- _Records for this task_:
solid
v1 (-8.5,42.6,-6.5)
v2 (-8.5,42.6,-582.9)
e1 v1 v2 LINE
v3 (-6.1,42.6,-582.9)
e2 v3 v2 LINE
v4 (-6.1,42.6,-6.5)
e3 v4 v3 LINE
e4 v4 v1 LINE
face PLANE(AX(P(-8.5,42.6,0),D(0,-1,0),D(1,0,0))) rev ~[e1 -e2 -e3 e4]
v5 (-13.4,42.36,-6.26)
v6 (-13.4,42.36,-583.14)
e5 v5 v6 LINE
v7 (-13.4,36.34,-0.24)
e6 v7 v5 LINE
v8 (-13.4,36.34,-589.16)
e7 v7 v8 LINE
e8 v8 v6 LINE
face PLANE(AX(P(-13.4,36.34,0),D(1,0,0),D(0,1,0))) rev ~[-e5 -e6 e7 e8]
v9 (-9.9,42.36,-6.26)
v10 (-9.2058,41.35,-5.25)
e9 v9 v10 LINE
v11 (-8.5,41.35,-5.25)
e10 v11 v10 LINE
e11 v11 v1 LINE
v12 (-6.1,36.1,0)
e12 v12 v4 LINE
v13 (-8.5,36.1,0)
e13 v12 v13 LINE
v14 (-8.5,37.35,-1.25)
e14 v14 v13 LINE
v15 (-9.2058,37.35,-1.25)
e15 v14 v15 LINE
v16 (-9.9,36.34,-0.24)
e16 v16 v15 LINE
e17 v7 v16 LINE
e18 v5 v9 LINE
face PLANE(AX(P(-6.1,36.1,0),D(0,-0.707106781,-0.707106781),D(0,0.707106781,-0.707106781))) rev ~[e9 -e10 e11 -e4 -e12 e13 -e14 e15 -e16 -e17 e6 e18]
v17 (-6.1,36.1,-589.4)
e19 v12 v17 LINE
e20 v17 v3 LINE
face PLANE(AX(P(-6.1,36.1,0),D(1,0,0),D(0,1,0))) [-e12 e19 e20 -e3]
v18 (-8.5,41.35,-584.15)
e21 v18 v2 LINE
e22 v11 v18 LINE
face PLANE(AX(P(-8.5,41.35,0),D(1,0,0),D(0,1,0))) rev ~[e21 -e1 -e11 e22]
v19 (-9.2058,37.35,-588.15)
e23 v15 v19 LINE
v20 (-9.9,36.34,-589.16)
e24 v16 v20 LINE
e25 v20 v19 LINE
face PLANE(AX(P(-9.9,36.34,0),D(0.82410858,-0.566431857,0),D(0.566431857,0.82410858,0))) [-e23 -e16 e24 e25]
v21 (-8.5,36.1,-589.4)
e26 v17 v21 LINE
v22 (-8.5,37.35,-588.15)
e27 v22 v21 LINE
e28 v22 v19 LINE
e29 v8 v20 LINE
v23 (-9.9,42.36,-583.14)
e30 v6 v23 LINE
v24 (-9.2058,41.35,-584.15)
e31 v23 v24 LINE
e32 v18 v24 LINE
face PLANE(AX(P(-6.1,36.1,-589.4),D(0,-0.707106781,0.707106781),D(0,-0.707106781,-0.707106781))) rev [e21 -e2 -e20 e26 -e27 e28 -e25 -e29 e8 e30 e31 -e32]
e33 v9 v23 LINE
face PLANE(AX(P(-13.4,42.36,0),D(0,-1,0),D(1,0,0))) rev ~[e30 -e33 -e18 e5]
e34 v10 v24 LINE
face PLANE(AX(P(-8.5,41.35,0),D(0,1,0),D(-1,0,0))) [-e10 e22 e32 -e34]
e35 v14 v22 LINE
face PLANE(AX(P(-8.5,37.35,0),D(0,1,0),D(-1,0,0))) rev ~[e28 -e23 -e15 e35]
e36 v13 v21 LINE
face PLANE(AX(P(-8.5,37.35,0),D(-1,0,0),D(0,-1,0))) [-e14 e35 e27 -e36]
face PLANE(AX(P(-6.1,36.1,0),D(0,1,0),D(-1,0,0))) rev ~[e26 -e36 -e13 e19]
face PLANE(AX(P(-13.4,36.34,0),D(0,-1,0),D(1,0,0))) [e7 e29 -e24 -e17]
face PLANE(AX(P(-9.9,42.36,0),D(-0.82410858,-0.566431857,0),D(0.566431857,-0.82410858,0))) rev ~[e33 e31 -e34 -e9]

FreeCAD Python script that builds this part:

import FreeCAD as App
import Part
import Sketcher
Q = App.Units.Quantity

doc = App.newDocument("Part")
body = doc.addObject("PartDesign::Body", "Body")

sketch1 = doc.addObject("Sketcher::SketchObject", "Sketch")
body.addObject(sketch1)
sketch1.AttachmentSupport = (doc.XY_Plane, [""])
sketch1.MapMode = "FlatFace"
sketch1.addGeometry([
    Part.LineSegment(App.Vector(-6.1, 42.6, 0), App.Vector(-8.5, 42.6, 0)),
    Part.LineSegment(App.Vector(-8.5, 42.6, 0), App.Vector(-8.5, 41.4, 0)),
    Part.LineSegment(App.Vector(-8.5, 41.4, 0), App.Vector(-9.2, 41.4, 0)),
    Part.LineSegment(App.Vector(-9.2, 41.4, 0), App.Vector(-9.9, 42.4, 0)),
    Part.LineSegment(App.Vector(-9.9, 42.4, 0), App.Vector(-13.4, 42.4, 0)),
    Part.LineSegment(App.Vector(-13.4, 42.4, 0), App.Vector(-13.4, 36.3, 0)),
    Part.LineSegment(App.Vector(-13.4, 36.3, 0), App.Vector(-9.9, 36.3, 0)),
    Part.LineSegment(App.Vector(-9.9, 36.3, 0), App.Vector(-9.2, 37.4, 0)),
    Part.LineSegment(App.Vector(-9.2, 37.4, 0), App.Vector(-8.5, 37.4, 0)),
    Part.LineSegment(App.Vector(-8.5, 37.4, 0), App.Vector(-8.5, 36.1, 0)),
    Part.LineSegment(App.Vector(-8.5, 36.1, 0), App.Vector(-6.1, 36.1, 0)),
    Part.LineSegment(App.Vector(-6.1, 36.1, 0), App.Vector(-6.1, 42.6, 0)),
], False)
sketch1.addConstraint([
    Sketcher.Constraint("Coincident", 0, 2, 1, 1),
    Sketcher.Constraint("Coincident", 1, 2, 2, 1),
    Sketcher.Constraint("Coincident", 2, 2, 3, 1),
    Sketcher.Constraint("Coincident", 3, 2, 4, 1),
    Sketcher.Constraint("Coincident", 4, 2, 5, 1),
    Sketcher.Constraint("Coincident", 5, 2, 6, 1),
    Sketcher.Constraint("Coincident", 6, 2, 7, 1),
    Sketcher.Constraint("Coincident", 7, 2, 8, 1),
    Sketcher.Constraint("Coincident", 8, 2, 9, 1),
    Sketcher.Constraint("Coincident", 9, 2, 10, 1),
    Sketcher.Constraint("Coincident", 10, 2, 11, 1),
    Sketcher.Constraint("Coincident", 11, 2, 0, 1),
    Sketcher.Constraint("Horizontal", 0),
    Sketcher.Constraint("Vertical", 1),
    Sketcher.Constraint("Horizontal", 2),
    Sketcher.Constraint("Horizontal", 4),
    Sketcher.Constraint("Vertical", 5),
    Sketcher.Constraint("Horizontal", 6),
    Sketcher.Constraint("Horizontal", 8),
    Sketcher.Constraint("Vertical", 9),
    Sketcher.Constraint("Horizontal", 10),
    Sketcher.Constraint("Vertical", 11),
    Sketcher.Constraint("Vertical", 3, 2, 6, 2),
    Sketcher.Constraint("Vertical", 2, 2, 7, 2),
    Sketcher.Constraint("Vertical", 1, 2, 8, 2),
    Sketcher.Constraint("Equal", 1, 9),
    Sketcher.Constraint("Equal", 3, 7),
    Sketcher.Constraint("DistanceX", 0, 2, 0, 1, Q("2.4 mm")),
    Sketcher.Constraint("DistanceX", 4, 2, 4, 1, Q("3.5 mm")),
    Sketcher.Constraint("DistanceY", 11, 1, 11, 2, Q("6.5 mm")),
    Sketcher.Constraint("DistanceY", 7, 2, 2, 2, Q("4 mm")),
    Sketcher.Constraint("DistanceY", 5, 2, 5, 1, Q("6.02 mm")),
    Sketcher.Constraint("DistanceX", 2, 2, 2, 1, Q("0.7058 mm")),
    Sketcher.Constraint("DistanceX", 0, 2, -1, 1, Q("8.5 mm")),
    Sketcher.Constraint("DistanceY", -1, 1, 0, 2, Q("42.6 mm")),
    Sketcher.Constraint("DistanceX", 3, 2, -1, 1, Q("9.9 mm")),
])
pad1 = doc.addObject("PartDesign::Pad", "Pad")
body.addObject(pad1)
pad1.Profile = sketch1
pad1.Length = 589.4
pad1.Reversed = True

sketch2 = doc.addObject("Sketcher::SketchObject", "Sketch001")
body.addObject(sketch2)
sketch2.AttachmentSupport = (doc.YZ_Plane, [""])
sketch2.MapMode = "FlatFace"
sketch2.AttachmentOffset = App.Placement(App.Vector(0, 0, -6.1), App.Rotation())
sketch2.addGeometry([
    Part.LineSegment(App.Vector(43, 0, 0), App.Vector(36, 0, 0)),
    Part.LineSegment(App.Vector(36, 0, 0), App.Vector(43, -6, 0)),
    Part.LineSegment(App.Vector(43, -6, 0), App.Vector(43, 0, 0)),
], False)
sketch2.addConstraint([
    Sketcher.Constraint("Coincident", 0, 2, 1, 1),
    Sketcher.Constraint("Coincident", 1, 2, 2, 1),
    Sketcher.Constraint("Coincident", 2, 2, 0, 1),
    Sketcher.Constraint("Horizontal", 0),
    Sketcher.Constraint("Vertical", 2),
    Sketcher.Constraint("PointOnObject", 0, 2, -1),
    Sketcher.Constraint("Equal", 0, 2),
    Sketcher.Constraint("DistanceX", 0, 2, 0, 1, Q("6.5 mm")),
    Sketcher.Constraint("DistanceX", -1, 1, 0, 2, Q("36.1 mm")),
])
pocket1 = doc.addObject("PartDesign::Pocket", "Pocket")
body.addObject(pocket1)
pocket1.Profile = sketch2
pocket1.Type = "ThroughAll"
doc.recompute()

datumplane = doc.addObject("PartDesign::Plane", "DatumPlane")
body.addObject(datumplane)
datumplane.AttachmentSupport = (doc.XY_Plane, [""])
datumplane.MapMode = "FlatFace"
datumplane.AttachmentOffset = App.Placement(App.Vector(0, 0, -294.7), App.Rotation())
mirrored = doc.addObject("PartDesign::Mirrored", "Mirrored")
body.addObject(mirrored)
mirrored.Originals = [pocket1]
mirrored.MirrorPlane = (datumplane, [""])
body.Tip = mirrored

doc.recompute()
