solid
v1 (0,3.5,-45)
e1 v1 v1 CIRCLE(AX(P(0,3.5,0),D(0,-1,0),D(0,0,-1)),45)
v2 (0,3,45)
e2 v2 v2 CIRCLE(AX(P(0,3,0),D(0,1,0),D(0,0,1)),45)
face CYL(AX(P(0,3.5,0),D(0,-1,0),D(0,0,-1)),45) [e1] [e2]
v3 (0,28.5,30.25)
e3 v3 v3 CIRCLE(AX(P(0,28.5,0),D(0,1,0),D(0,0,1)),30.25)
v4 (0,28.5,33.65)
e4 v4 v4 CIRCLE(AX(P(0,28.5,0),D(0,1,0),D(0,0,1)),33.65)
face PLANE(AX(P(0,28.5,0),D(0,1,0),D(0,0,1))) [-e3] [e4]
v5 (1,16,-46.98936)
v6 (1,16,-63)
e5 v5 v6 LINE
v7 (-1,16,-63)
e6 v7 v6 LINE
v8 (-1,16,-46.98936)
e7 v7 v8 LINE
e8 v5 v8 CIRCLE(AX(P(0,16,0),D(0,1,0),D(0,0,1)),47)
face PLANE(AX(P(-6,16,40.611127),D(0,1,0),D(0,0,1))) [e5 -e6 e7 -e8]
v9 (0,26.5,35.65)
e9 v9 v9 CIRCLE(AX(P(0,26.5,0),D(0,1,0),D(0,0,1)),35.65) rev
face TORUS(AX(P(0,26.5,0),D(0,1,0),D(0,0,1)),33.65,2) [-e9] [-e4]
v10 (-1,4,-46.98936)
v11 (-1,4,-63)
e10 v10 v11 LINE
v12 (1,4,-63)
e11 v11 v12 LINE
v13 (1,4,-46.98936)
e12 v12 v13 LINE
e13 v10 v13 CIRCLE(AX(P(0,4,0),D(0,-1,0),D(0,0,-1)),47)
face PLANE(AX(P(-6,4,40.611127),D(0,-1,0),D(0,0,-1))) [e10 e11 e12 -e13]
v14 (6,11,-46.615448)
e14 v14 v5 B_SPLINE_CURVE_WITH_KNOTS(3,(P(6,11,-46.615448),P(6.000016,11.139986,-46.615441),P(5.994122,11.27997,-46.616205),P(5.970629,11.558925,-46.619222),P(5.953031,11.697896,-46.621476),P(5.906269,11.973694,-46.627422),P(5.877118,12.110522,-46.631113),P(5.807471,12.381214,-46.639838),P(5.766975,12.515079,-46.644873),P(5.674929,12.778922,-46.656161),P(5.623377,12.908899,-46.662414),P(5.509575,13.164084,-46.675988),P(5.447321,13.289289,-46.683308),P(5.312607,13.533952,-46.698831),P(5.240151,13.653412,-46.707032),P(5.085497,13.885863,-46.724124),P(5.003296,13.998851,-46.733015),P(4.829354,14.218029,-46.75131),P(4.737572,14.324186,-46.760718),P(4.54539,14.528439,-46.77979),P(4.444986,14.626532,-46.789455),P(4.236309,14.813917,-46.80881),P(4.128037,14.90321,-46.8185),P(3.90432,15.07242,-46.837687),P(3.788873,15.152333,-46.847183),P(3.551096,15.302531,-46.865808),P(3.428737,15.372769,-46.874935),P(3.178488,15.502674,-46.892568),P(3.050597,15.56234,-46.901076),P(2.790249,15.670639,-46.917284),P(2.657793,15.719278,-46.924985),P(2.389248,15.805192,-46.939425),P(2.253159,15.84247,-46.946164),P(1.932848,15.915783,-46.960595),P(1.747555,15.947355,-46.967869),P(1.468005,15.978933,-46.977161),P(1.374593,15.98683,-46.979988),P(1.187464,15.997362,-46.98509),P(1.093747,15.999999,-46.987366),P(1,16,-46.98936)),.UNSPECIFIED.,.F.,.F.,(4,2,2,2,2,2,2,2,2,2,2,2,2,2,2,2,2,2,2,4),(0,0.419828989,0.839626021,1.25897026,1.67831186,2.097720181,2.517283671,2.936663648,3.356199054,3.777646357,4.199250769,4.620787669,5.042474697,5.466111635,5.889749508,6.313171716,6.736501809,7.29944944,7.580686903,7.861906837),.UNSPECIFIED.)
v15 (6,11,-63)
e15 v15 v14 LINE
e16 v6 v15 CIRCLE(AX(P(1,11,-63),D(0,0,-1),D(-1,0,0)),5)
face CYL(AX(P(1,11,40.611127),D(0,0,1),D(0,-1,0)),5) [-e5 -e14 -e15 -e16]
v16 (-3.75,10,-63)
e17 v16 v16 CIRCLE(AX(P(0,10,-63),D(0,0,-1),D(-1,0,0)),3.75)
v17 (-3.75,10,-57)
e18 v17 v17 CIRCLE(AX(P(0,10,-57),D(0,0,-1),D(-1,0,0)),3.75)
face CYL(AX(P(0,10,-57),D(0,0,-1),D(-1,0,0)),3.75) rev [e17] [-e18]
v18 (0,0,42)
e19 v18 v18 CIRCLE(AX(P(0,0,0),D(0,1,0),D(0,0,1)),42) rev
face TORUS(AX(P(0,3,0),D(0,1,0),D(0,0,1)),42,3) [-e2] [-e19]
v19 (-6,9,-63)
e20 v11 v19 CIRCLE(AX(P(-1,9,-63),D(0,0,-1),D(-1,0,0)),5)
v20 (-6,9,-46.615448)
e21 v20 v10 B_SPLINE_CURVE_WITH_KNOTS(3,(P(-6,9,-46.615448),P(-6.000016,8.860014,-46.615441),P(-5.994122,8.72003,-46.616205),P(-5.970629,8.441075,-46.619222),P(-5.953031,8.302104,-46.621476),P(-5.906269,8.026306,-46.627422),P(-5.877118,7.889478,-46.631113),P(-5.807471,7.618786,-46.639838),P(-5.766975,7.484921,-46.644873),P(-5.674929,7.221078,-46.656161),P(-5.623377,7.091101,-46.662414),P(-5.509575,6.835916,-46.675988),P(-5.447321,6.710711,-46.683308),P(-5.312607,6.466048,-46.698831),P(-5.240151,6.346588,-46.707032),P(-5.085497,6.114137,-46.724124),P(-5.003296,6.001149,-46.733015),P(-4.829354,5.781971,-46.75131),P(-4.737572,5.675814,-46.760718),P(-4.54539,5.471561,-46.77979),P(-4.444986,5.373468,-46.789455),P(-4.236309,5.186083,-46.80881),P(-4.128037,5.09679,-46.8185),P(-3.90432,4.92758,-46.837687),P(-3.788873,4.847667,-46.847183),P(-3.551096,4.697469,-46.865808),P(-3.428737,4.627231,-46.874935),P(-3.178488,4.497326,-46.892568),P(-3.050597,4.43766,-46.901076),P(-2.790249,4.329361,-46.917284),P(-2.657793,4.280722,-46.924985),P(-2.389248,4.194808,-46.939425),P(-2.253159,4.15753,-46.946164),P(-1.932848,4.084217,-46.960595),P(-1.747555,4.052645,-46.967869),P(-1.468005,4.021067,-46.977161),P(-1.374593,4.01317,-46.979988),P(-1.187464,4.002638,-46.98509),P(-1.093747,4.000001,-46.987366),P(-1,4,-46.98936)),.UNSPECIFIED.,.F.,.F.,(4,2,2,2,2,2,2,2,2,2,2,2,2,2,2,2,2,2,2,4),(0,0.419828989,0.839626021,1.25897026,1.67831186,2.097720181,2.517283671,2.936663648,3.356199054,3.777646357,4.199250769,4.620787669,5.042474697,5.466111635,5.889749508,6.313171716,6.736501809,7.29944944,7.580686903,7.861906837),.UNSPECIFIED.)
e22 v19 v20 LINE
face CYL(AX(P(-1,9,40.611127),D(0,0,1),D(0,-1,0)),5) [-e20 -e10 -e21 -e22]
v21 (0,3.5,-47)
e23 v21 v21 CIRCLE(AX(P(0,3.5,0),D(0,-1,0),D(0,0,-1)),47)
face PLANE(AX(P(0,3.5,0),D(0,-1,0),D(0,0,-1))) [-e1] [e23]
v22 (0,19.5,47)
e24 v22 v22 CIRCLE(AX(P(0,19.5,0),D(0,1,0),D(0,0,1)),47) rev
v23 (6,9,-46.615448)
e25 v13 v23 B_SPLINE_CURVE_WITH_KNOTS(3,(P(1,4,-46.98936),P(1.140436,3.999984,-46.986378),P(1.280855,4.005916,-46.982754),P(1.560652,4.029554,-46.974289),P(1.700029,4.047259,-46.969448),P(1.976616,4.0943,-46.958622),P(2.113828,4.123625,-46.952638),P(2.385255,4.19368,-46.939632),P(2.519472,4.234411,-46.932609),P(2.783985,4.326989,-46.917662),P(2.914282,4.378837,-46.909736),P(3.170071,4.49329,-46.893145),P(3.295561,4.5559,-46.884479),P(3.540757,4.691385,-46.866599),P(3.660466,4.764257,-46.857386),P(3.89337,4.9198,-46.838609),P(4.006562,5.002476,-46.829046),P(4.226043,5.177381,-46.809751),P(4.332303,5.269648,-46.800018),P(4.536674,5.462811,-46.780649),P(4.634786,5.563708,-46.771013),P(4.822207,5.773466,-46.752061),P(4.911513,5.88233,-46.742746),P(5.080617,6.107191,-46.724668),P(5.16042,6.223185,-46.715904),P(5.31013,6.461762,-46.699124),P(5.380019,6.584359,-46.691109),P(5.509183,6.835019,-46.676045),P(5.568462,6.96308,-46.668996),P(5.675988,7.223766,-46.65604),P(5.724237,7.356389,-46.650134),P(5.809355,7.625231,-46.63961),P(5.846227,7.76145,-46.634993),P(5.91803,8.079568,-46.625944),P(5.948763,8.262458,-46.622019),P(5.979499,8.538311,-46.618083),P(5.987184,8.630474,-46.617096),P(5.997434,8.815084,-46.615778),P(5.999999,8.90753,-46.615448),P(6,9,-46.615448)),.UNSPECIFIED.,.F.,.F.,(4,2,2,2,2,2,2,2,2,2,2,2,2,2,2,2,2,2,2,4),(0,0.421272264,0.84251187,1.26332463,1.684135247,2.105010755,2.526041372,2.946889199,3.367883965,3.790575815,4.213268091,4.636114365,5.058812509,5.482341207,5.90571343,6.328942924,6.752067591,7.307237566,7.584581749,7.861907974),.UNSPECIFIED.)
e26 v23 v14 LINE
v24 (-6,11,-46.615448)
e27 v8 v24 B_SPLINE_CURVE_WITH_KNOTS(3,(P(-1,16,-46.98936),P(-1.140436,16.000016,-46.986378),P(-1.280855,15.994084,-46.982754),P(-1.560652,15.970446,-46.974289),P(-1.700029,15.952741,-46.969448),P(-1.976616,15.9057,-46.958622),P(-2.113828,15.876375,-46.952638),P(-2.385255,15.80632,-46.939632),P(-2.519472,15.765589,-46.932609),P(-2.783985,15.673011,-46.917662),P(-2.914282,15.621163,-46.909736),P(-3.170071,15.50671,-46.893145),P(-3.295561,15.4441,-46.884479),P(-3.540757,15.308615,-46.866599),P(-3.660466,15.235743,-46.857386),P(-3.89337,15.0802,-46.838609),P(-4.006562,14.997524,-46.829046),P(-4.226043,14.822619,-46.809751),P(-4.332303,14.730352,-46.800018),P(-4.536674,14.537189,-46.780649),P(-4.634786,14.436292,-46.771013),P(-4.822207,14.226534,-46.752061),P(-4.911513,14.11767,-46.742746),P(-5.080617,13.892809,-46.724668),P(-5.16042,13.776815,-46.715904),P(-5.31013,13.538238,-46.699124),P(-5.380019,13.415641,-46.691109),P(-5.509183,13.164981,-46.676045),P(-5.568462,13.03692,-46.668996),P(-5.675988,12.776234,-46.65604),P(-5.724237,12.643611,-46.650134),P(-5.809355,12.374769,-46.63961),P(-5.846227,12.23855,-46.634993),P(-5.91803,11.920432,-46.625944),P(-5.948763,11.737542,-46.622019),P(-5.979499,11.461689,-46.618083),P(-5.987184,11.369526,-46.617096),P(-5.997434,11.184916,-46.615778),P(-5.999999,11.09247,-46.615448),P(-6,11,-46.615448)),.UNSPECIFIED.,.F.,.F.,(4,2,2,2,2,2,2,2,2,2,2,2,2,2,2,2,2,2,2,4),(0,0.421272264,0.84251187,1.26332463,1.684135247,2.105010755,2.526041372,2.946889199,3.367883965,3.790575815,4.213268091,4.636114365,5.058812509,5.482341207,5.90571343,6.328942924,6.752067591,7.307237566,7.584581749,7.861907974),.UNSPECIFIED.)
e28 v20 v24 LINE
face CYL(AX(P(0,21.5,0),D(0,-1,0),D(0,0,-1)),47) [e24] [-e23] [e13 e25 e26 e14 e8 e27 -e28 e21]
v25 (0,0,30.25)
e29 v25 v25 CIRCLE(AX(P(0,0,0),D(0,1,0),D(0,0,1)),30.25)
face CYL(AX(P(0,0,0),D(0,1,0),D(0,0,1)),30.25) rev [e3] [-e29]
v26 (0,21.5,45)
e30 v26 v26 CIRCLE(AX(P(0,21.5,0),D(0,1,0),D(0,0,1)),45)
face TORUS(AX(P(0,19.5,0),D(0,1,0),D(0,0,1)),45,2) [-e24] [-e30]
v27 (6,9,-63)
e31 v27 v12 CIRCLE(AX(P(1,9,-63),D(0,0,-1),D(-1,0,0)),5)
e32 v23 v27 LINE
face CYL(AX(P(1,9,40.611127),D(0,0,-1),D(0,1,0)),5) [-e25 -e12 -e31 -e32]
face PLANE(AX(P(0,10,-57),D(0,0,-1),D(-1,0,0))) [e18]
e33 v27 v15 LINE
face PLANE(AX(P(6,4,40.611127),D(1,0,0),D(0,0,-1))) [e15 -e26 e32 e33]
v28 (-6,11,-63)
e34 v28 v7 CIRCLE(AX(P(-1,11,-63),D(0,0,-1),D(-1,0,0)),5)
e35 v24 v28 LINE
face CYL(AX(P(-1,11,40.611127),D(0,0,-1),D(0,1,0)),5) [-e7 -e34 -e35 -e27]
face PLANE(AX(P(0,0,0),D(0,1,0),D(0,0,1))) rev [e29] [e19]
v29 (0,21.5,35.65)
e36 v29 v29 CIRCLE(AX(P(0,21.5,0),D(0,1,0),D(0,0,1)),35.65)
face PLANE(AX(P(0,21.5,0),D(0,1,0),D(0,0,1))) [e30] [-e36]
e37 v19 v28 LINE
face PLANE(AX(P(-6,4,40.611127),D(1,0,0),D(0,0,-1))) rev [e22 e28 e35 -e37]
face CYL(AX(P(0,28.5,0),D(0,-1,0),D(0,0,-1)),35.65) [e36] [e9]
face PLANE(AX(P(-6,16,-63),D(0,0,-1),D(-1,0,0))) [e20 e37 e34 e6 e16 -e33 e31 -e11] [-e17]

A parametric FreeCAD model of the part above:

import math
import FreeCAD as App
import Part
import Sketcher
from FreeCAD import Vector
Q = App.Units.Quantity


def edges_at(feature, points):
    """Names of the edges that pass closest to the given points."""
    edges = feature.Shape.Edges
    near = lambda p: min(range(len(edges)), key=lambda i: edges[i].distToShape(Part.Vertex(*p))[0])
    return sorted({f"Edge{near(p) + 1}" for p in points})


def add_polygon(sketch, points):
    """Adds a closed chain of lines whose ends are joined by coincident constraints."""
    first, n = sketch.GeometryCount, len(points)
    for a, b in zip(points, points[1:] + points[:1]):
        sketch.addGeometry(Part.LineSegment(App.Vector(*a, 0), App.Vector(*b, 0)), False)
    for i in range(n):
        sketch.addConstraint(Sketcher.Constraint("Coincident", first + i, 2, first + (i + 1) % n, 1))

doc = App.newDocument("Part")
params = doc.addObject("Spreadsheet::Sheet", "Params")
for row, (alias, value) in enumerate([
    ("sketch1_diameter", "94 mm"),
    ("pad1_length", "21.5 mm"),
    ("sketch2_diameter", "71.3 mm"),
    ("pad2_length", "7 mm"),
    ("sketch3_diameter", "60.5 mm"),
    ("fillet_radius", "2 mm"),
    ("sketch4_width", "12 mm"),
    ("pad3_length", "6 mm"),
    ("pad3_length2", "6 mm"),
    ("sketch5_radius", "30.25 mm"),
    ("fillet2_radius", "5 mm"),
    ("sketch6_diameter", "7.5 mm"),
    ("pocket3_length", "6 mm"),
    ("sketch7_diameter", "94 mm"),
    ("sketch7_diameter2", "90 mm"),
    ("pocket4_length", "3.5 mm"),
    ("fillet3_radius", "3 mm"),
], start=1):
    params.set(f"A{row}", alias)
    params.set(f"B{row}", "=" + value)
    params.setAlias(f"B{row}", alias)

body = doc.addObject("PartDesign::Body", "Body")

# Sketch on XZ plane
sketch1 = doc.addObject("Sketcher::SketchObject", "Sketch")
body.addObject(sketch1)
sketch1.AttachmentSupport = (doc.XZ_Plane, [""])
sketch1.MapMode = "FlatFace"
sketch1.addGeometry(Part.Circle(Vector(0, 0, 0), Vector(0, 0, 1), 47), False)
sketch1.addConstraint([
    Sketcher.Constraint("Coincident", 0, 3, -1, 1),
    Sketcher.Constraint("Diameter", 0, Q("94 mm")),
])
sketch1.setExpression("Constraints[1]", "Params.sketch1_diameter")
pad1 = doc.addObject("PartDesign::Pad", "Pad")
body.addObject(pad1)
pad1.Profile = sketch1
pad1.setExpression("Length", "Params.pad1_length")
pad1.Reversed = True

- _Instructions for the task_:
Write out the listing exactly from its first line to the line containing "face PLANE(AX(P(-13.4,36.34,0),D(1,0,0),D(0,1,0))) rev". Both of those lines belong in the answer.

- _Task result_:
solid
v1 (-8.5,42.6,-6.5)
v2 (-8.5,42.6,-582.9)
e1 v1 v2 LINE
v3 (-6.1,42.6,-582.9)
e2 v3 v2 LINE
v4 (-6.1,42.6,-6.5)
e3 v4 v3 LINE
e4 v4 v1 LINE
face PLANE(AX(P(-8.5,42.6,0),D(0,-1,0),D(1,0,0))) rev ~[e1 -e2 -e3 e4]
v5 (-13.4,42.36,-6.26)
v6 (-13.4,42.36,-583.14)
e5 v5 v6 LINE
v7 (-13.4,36.34,-0.24)
e6 v7 v5 LINE
v8 (-13.4,36.34,-589.16)
e7 v7 v8 LINE
e8 v8 v6 LINE
face PLANE(AX(P(-13.4,36.34,0),D(1,0,0),D(0,1,0))) rev ~[-e5 -e6 e7 e8]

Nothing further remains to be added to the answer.